__Problem__
Look below for the line containing "# Sketch1 → Boss-Extrude1 (new body)"; from there through the line containing "0), (99.290909091, -38.1))", both lines included, please set down each line exactly and nothing else.

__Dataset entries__
◆ ◆ ◆ ◆ ◆ ◆ ◆
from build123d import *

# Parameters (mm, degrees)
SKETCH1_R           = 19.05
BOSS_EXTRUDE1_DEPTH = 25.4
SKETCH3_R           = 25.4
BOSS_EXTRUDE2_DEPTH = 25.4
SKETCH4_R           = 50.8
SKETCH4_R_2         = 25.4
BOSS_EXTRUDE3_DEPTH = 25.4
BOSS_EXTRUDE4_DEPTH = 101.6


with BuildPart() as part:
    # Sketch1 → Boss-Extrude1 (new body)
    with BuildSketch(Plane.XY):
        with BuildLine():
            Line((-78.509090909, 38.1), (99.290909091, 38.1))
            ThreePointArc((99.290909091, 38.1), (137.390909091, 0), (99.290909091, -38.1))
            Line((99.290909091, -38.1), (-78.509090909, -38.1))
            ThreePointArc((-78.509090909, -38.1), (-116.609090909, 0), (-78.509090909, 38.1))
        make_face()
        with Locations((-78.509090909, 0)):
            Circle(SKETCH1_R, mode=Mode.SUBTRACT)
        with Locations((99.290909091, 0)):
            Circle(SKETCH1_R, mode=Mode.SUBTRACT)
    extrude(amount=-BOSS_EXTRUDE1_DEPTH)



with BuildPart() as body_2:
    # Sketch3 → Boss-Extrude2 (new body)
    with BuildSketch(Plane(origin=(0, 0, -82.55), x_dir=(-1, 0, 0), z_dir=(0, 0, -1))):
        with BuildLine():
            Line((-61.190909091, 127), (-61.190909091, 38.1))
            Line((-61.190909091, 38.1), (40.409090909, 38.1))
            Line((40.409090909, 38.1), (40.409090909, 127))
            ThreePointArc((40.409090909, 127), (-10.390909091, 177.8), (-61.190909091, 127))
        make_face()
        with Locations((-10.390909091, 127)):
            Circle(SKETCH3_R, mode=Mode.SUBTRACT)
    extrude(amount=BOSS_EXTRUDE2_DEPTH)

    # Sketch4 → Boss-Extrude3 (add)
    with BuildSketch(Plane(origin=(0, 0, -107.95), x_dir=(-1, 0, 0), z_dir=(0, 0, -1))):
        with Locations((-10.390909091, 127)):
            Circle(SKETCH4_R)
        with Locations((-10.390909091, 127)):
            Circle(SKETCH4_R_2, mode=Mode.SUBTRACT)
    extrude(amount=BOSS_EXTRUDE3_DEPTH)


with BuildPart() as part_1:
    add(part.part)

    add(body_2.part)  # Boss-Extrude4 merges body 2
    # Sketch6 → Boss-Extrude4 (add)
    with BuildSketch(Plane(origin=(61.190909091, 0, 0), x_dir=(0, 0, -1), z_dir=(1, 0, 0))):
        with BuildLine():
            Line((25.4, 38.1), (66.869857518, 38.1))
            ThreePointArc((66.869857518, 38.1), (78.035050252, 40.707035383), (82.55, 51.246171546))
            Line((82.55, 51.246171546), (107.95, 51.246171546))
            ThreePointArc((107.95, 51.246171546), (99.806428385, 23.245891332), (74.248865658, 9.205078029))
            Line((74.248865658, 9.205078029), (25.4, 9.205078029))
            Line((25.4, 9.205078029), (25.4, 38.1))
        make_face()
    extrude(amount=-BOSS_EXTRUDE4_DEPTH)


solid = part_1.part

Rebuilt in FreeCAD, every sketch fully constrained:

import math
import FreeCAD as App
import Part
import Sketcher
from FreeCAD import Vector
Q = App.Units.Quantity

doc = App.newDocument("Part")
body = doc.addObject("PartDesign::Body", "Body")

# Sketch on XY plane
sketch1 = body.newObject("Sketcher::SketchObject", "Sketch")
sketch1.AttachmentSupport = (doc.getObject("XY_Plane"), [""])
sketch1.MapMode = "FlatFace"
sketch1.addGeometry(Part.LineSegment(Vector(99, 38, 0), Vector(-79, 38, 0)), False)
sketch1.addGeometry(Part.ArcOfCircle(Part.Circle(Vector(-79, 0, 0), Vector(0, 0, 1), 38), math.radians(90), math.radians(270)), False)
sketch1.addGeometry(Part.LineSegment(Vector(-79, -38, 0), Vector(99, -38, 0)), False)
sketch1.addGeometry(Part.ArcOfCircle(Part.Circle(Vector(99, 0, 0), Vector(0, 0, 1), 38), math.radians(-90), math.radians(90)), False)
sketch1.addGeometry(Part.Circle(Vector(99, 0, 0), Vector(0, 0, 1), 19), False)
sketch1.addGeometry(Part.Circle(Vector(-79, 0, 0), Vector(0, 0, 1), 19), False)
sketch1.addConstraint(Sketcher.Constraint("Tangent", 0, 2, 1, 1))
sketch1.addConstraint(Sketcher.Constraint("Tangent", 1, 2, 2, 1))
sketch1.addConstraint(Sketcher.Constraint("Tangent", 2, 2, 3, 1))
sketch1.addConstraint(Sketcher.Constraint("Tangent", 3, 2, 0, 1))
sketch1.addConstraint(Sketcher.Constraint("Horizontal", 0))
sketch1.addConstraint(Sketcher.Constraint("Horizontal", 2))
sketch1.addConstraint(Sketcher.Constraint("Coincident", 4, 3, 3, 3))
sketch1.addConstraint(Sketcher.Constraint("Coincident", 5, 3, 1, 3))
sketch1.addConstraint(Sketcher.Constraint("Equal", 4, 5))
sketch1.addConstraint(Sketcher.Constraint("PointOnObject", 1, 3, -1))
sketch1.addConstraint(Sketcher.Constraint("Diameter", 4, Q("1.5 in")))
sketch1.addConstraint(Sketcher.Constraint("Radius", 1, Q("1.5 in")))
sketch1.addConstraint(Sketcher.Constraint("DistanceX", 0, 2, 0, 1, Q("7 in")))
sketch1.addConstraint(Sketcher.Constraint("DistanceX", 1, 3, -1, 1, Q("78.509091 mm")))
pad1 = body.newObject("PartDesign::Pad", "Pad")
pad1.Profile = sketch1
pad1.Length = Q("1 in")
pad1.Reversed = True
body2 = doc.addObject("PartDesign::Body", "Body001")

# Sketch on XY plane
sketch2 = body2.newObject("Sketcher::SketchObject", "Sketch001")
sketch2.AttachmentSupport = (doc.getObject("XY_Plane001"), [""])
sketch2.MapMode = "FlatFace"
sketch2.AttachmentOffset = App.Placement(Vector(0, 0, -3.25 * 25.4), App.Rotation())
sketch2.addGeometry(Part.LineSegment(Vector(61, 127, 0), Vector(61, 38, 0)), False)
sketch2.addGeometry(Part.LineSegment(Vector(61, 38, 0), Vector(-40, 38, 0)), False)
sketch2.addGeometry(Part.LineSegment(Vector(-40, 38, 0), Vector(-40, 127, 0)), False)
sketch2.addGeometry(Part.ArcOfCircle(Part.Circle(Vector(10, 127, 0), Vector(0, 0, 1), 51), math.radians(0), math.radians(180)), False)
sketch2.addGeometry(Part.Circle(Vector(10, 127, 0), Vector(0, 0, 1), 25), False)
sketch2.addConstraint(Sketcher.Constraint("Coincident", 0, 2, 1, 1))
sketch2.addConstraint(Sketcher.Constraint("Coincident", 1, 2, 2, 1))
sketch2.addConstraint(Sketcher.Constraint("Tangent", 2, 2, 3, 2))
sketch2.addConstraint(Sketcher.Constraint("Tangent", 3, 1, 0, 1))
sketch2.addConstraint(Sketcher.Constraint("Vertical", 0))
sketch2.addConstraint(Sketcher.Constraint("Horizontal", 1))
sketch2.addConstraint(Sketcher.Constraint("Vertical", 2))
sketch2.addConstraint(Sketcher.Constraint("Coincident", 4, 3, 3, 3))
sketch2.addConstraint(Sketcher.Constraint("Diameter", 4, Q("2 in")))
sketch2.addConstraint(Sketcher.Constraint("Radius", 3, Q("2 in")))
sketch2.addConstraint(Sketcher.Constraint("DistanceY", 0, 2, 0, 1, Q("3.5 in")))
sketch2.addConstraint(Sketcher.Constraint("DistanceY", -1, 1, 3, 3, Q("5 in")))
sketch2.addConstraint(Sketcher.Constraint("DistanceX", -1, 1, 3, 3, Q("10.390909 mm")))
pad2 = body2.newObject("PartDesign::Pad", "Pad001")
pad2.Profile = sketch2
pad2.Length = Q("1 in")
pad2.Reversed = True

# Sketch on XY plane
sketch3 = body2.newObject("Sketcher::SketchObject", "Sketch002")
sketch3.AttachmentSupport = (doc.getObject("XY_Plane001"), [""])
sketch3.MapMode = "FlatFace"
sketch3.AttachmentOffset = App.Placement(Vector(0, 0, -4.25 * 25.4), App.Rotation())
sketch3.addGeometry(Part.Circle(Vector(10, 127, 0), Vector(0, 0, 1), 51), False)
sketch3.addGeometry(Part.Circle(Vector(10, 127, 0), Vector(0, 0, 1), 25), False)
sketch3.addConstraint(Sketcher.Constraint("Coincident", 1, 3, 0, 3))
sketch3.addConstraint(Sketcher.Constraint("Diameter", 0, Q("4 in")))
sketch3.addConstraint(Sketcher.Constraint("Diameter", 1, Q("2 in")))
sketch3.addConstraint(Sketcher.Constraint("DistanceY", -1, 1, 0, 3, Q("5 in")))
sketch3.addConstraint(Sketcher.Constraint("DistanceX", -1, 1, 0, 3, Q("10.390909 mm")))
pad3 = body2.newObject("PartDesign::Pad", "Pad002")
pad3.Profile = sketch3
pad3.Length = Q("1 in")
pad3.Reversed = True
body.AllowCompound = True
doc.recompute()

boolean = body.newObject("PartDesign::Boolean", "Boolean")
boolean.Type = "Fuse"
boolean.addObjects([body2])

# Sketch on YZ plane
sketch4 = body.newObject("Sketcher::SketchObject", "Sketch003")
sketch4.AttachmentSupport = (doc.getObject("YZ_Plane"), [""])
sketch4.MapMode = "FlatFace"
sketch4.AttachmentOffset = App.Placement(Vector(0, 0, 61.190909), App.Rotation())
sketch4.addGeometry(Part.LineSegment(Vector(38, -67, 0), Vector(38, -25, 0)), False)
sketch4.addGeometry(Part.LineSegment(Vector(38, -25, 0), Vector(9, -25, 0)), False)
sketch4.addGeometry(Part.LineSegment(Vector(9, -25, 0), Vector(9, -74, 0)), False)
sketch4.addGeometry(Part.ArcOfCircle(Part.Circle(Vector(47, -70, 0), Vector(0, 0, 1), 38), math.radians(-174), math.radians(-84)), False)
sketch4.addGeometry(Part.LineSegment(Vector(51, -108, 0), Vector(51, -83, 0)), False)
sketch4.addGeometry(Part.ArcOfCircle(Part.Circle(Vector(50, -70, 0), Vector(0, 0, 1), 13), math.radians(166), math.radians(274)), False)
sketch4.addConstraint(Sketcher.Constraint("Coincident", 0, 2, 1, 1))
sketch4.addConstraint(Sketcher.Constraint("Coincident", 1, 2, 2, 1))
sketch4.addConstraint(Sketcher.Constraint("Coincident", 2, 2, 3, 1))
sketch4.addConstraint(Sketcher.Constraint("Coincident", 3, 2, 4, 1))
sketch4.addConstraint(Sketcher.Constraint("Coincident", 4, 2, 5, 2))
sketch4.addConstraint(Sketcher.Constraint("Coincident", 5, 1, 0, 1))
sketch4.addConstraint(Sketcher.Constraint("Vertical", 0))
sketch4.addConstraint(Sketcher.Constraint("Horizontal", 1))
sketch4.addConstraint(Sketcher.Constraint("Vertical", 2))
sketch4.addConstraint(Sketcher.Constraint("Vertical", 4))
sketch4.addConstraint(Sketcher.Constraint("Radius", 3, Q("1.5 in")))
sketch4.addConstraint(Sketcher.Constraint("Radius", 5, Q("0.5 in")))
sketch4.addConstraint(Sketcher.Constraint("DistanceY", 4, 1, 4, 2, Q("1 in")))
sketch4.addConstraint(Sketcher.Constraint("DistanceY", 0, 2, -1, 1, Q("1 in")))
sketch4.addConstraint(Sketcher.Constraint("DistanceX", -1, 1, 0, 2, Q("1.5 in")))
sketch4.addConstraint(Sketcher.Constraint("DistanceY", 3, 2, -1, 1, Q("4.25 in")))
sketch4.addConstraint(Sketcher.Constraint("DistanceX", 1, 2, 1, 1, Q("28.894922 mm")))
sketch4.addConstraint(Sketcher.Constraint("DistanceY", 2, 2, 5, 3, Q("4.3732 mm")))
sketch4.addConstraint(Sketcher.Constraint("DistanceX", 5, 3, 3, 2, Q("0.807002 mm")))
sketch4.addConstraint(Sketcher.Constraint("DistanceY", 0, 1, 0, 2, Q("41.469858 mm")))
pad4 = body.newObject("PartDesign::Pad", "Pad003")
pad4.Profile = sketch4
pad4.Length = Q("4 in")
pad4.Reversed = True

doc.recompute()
◆ ◆ ◆ ◆ ◆ ◆ ◆
__Exercise solution__
    # Sketch1 → Boss-Extrude1 (new body)
    with BuildSketch(Plane.XY):
        with BuildLine():
            Line((-78.509090909, 38.1), (99.290909091, 38.1))
            ThreePointArc((99.290909091, 38.1), (137.390909091, 0), (99.290909091, -38.1))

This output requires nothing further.